Ahora imaginemos que la descarbonización dependiera completamente de disminuir la producción económica. Para lograr el mismo resultado –casi reducir a la mitad las emisiones globales de CO2– el PIB mundial tendría que disminuir un 5% cada año durante las próximas tres décadas. Para poner esto en perspectiva, el PIB mundial se contrajo un 2,7% en 2020, en el apogeo de la pandemia. Por exitosos que fueron los confinamientos para frenar la propagación de la covid-19, fueron una terrible manera de reducir las emisiones de CO2.
Limitar este experimento mental a los países ricos –como proponen los decrecentistas– hace que un argumento débil sea absurdo. La producción económica en los países del G7 tendría que disminuir un 17% solo en 2024, seguida de un shock anual del tamaño de la Gran Depresión. Para 2030, el poder adquisitivo en el G7 sería aproximadamente equivalente al de Sudán del Sur hoy. ¿Cuántos consumidores occidentales conscientes del clima estarían dispuestos a soportar esto?
Además, este experimento mental es necesariamente limitado. Nuestro hipotético comenzó con una economía de crecimiento cero, mientras que en las últimas dos décadas el PIB per cápita global ha crecido un 6,8% anual. Junto con un aumento de la población, este crecimiento constante ha contribuido a aumentar, no a reducir, las emisiones de CO2. Nada menos que una revolución de energía limpia, completa con sistemas de transporte e industria limpios, cambiará el rumbo climático. Además, lograr emisiones netas cero requiere billones de dólares en inversión, lo que sumará, no restará, al crecimiento económico.

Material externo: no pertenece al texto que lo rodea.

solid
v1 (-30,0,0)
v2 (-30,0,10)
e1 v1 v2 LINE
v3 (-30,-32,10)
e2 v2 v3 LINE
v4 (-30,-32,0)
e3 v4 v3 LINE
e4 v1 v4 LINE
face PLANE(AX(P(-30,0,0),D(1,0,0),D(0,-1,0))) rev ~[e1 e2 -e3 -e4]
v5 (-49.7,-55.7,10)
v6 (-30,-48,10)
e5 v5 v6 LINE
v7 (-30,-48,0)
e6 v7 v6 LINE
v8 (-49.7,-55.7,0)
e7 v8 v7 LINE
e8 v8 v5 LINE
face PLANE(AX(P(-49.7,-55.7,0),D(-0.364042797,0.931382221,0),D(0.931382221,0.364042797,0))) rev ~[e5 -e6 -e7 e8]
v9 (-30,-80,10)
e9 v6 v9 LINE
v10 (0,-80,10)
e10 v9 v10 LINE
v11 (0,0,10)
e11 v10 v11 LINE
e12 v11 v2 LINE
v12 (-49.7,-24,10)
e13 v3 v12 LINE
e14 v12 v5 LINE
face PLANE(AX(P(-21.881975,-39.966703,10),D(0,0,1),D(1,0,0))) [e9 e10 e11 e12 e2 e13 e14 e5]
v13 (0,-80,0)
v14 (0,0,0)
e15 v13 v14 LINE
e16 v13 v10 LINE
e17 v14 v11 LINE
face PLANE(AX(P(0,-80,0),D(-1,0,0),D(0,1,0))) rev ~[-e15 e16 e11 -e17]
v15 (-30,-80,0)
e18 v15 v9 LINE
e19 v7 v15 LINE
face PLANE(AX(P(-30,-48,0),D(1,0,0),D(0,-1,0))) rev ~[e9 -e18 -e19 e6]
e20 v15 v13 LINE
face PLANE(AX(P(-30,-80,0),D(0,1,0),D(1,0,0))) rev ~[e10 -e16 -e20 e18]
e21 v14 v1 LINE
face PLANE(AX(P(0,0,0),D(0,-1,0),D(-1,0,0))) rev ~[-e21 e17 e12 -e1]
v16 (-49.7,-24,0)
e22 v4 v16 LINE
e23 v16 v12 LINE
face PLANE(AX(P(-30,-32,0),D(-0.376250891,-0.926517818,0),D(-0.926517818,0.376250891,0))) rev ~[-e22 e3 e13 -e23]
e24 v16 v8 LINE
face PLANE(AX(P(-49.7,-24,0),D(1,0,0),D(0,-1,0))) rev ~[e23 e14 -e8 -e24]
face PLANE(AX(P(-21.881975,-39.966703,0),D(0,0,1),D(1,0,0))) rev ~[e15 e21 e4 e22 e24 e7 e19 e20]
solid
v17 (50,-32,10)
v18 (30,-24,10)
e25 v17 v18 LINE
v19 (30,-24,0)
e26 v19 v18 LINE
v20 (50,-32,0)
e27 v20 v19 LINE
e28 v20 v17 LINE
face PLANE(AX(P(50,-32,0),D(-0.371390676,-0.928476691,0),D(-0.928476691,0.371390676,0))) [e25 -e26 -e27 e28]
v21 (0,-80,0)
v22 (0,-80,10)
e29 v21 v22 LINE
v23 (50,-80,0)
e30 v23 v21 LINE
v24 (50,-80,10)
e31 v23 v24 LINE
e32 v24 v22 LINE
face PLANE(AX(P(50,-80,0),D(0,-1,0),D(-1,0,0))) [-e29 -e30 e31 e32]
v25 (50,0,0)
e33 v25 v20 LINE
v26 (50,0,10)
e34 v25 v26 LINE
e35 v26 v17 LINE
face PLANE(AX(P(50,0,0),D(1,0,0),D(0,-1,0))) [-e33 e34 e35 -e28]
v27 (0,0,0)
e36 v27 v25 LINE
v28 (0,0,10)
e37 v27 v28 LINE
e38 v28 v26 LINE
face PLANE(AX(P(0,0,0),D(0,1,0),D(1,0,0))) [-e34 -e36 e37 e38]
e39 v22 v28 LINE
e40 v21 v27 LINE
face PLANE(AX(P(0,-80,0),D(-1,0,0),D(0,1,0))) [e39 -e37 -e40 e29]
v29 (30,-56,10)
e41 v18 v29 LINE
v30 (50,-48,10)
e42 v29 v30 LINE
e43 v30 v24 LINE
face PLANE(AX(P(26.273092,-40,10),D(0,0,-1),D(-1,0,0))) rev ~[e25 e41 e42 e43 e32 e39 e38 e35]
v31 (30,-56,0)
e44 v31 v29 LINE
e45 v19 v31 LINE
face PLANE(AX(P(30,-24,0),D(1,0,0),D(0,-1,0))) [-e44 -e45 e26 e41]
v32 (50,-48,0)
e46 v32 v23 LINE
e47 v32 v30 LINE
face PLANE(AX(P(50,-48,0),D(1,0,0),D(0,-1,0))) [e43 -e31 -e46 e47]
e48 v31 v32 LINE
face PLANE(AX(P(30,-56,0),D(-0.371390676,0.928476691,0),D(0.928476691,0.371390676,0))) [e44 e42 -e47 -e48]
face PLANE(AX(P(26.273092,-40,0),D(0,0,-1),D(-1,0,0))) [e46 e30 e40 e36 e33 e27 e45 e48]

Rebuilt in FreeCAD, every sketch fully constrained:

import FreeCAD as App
import Part
import Sketcher
Q = App.Units.Quantity


def add_polygon(sketch, points):
    """Adds a closed chain of lines whose ends are joined by coincident constraints."""
    first, n = sketch.GeometryCount, len(points)
    for a, b in zip(points, points[1:] + points[:1]):
        sketch.addGeometry(Part.LineSegment(App.Vector(*a, 0), App.Vector(*b, 0)), False)
    for i in range(n):
        sketch.addConstraint(Sketcher.Constraint("Coincident", first + i, 2, first + (i + 1) % n, 1))

doc = App.newDocument("Part")
body = doc.addObject("PartDesign::Body", "Body")

sketch1 = body.newObject("Sketcher::SketchObject", "Sketch")
sketch1.AttachmentSupport = (doc.getObject("XY_Plane"), [""])
sketch1.MapMode = "FlatFace"
add_polygon(sketch1, [(50, 0), (0, 0), (0, -80), (50, -80), (50, -48), (30, -56), (30, -24), (50, -32)])
sketch1.addConstraint([
    Sketcher.Constraint("Horizontal", 0),
    Sketcher.Constraint("Vertical", 1),
    Sketcher.Constraint("Horizontal", 2),
    Sketcher.Constraint("Vertical", 3),
    Sketcher.Constraint("Vertical", 5),
    Sketcher.Constraint("Vertical", 7),
    Sketcher.Constraint("Coincident", 0, 2, -1, 1),
    Sketcher.Constraint("Vertical", 3, 2, 6, 2),
    Sketcher.Constraint("Equal", 3, 5),
    Sketcher.Constraint("Equal", 5, 7),
    Sketcher.Constraint("Equal", 4, 6),
    Sketcher.Constraint("DistanceX", 0, 2, 0, 1, Q("50 mm")),
    Sketcher.Constraint("DistanceY", 1, 2, 1, 1, Q("80 mm")),
    Sketcher.Constraint("DistanceY", 3, 1, 3, 2, Q("32 mm")),
    Sketcher.Constraint("DistanceX", -1, 1, 4, 2, Q("30 mm")),
])
pad1 = body.newObject("PartDesign::Pad", "Pad")
pad1.Profile = sketch1
pad1.Length = 10
body2 = doc.addObject("PartDesign::Body", "Body001")

sketch2 = body2.newObject("Sketcher::SketchObject", "Sketch001")
sketch2.AttachmentSupport = (doc.getObject("XY_Plane001"), [""])
sketch2.MapMode = "FlatFace"
add_polygon(sketch2, [(0, 0), (-30, 0), (-30, -32), (-49.7, -24), (-49.7, -55.7), (-30, -48), (-30, -80), (0, -80)])
sketch2.addConstraint([
    Sketcher.Constraint("Horizontal", 0),
    Sketcher.Constraint("Vertical", 1),
    Sketcher.Constraint("Vertical", 3),
    Sketcher.Constraint("Vertical", 5),
    Sketcher.Constraint("Horizontal", 6),
    Sketcher.Constraint("Vertical", 7),
    Sketcher.Constraint("Coincident", 7, 2, -1, 1),
    Sketcher.Constraint("Vertical", 1, 2, 4, 2),
    Sketcher.Constraint("Equal", 1, 5),
    Sketcher.Constraint("DistanceX", 0, 2, 0, 1, Q("30 mm")),
    Sketcher.Constraint("DistanceY", 1, 2, 1, 1, Q("32 mm")),
    Sketcher.Constraint("DistanceY", 7, 1, 7, 2, Q("80 mm")),
    Sketcher.Constraint("DistanceY", 3, 2, 3, 1, Q("31.7 mm")),
    Sketcher.Constraint("DistanceY", 2, 2, -1, 1, Q("24 mm")),
    Sketcher.Constraint("DistanceX", 2, 2, -1, 1, Q("49.7 mm")),
])
pad2 = body2.newObject("PartDesign::Pad", "Pad001")
pad2.Profile = sketch2
pad2.Length = 10

doc.recompute()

Eso no quiere decir que mejorar la eficiencia energética sea inútil. En 2007, Estados Unidos aprobó una ley que ayudó a eliminar gradualmente las bombillas incandescentes. Como mostró la famosa curva de costos de abatimiento marginal de McKinsey en 2010, hubo grandes ahorros monetarios asociados con el cambio de bombillas incandescentes a LED. Pero esto no implica que el cambio hubiera sucedido automáticamente. En cambio, muestra que la política se pagó sola, con los estadounidenses libres para gastar o ahorrar el dinero sobrante. De cualquier manera, el crecimiento económico era inevitable.
El potencial de crecimiento para mejoras de eficiencia a gran escala es significativamente mayor que el de cambiar a bombillas LED. De hecho, usar insumos limitados de manera más eficiente es la definición de productividad económica – lo que, a su vez, impulsa el crecimiento. Además, la necesidad de acelerar la descarbonización de nuestras economías requiere implementar tecnologías verdes a un ritmo más rápido. Evitar la catástrofe climática requerirá más crecimiento, no porque un PIB siempre creciente –en sí mismo una métrica fundamentalmente inadecuada– sea el objetivo final, sino porque es el resultado de reducir las emisiones lo suficientemente rápido.
Alessio Terzi, profesor en la Universidad de Cambridge, es economista en la Comisión Europea. Gernot Wagner es economista climático en la Columbia Business School.